Modelo econômico – a revolução em Cuba implantou um novo modelo econômico, que nunca foi testado em sua plenitude. Houve um embargo, que significava algo assim: se você comercializa com Cuba, não comercializa com os Estados Unidos. Isso, em um momento em que se tinha imputado ao mundo a ideia de que os Estados Unidos valiam alguma coisa, de que o bom era ter na sua casa um pote de xampu americano (ainda que a qualidade fosse ruim perto do que se tinha de oferta em outros países). Então, nunca saberemos o sucesso que teria sido Cuba se tivesse podido importar para a ilha tudo que não era produzido lá e exportar para qualquer país seu excedente. Como seria poder ter feito isso sem permitir a exploração do homem pelo homem, princípio até hoje mantido na ilha?

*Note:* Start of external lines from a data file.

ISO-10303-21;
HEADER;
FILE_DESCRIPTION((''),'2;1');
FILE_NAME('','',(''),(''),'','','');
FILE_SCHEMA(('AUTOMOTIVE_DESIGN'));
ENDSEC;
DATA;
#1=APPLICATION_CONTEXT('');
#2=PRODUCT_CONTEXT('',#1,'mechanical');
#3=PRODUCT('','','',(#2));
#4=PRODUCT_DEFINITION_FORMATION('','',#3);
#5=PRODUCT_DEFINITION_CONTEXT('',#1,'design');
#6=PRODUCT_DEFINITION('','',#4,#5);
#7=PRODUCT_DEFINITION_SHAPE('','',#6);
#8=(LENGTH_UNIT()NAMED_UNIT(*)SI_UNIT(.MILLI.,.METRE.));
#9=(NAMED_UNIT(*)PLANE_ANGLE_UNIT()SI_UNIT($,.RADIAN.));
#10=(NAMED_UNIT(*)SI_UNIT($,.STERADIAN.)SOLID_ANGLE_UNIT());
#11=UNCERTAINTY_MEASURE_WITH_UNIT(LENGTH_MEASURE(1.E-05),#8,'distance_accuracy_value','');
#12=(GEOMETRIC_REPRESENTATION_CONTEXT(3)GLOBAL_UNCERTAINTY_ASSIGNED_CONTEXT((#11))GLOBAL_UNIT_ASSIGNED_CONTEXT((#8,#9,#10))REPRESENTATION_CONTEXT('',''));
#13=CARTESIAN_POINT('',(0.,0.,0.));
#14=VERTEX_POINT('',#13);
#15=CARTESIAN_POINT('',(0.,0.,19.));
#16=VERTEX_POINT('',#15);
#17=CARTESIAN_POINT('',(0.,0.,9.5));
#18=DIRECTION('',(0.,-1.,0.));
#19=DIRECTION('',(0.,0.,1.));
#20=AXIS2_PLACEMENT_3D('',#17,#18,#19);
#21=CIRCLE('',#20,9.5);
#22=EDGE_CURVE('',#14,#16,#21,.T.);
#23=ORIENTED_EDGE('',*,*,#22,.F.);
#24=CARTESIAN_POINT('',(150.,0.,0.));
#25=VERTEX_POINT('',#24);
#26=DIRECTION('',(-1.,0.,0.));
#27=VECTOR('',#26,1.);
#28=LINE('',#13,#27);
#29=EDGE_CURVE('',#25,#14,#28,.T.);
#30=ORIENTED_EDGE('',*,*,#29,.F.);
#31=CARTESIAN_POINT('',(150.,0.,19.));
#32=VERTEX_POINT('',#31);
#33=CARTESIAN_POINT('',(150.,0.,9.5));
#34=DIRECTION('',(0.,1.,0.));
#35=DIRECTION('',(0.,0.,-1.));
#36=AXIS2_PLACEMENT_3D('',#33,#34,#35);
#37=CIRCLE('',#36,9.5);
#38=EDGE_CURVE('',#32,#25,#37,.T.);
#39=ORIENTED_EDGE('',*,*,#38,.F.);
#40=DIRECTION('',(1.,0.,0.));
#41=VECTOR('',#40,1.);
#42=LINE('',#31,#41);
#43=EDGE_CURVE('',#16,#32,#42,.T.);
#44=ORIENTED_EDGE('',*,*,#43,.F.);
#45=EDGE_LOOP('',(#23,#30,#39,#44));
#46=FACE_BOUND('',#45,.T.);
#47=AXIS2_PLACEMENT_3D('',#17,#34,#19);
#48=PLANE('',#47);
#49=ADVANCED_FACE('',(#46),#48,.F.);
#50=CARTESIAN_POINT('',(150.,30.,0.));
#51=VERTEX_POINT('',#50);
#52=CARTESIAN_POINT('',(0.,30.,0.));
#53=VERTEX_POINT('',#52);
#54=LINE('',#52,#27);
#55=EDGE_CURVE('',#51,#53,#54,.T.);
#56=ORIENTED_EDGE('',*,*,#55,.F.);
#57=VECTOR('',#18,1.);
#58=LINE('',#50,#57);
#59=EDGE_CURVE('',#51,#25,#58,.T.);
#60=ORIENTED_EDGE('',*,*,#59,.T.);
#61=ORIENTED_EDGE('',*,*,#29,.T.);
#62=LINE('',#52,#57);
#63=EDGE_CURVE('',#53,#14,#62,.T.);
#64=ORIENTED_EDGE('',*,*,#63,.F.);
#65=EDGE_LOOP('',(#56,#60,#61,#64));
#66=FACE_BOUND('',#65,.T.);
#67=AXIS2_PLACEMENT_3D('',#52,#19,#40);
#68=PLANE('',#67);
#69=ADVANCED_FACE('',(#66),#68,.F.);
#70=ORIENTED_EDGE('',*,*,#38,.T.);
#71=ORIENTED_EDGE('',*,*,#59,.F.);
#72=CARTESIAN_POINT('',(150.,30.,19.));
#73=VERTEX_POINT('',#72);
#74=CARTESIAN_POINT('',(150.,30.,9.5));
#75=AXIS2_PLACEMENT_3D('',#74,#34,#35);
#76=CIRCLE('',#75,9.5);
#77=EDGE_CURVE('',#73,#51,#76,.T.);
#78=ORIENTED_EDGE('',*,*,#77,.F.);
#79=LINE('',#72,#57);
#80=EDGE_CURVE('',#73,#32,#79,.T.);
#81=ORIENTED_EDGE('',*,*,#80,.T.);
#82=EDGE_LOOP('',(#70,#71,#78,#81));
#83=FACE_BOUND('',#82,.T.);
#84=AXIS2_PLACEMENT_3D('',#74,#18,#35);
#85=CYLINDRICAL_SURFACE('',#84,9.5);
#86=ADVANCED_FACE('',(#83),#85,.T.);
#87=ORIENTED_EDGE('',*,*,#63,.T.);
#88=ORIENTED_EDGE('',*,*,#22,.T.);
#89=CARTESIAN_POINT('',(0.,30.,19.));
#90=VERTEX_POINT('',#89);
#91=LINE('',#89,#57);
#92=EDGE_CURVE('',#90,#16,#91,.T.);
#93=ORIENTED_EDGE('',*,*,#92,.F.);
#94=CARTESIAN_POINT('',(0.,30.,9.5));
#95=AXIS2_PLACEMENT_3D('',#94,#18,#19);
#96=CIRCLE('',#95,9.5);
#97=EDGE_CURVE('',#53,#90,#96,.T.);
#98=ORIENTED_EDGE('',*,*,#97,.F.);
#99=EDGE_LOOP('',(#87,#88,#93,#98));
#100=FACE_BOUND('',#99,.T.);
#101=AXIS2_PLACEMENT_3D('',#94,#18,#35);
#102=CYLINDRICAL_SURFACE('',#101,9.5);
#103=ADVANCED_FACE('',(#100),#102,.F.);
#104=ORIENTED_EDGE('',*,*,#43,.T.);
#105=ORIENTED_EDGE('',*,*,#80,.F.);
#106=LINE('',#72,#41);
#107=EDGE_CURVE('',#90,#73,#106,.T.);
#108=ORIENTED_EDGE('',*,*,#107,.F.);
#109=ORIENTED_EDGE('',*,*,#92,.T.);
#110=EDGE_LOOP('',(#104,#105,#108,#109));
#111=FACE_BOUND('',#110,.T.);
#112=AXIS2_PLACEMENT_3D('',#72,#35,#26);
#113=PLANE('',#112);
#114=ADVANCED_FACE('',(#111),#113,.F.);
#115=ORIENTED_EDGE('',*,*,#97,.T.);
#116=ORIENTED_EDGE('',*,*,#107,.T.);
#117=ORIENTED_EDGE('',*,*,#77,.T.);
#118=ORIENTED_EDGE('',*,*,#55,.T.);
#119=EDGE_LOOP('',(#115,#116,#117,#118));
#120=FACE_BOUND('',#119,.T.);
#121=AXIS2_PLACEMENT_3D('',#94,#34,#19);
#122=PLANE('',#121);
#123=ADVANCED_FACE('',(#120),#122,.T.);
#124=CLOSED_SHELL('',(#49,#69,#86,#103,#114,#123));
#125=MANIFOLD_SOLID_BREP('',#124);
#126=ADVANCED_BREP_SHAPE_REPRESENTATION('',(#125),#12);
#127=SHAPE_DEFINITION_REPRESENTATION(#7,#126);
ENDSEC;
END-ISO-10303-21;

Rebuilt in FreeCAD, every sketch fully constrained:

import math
import FreeCAD as App
import Part
import Sketcher
from FreeCAD import Vector
Q = App.Units.Quantity

doc = App.newDocument("Part")
body = doc.addObject("PartDesign::Body", "Body")

sketch1 = body.newObject("Sketcher::SketchObject", "Sketch")
sketch1.AttachmentSupport = (doc.getObject("XZ_Plane"), [""])
sketch1.MapMode = "FlatFace"
sketch1.addGeometry([
    Part.LineSegment(Vector(150, 0, 0), Vector(0, 0, 0)),
    Part.ArcOfCircle(Part.Circle(Vector(0, 10, 0), Vector(0, 0, 1), 10), math.radians(-90), math.radians(90)),
    Part.LineSegment(Vector(0, 19, 0), Vector(150, 19, 0)),
    Part.ArcOfCircle(Part.Circle(Vector(150, 10, 0), Vector(0, 0, 1), 10), math.radians(-90), math.radians(90)),
], False)
sketch1.addConstraint([
    Sketcher.Constraint("Tangent", 0, 2, 1, 1),
    Sketcher.Constraint("Tangent", 1, 2, 2, 1),
    Sketcher.Constraint("Tangent", 2, 2, 3, 2),
    Sketcher.Constraint("Tangent", 3, 1, 0, 1),
    Sketcher.Constraint("Horizontal", 0),
    Sketcher.Constraint("Horizontal", 2),
    Sketcher.Constraint("Coincident", 0, 2, -1, 1),
    Sketcher.Constraint("Radius", 1, Q("9.5 mm")),
    Sketcher.Constraint("DistanceX", 0, 2, 0, 1, Q("150 mm")),
])
pad1 = body.newObject("PartDesign::Pad", "Pad")
pad1.Profile = sketch1
pad1.Length = 30
pad1.Reversed = True

doc.recompute()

Eles comem criancinhas – a imagem vendida de Cuba em oposição à americana é caricata, para não dizer ridícula. Mas para a pessoa média, que se conforma com as informações dos jornalões, passa a ser fato. Frei Betto, no já citado Fidel y la religion, afirma que a imagem de homens maus dos comunistas é parte dos caprichos do imperialismo que, mediante seus poderosos meios de comunicação desenha em nossas cabeças a caricatura dos seus inimigos. “Pinta a Raul [Castro, irmão de Fidel, ministro das Forças Armadas de Cuba nas primeiras décadas após a revolução] como a um sectário e a John Kennedy como um bom moço. Mas quem planejou, organizou, patrocinou e financiou a invasão da Baía dos Porcos, em 1961, em flagrante falta de respeito à soberania do povo cubano, foi o jovem, risonho, democrata e católico marido de Jacqueline”. E é isso que temos visto os Estados Unidos da América fazerem ate hoje: pintam como malvados seus inimigos econômicos para justificar sangrentas guerras e ataques cruéis.

Em resumo, o que ficou para mim foi a impressão de um lugar lindo, tanto na arquitetura quanto nas belezas naturais. Um povo simpático, gentil, quase ingênuo e muito amável. E um governo de cunho matriarcal, que quer fazer os filhos usarem agasalho mesmo quando estes não sentem frio. Explico: a moça que não gosta do leite de soja ou o senhor que pede xampu, citados no texto Estamos adorando Cuba são como jovens que saem de casa vestindo só camiseta quando a mãe diz que se faz necessário agasalho.

O governo age como se quisesse o melhor para seus filhos. Quer controlar, por exemplo, o uso de óleo na alimentação, porque quer que haja diminuição das frituras na mesa da família cubana. E todo esse controle exercido em diversos aspectos pelo governo é baseado, muitas vezes, em pesquisas, em resultados da medicina e da ciência. Mas, até que ponto o cidadão não tem o direito de se acabar no colesterol? Não seria suficiente, para um povo tão culto, tão inteligente, receber a informação? É preciso isolá-lo das más influências? Em todo o mundo, é isso que as mães tentam fazer o tempo todo. Mas não é paternalista demais um governo decidir como são as ações cotidianas nos interiores dos lares? Não sei. Preciso voltar para viver mais e compreender melhor, porque eu não aguento gente que critica ou idolatra sem ter tentado compreender com o mínimo de profundidade o que se passa.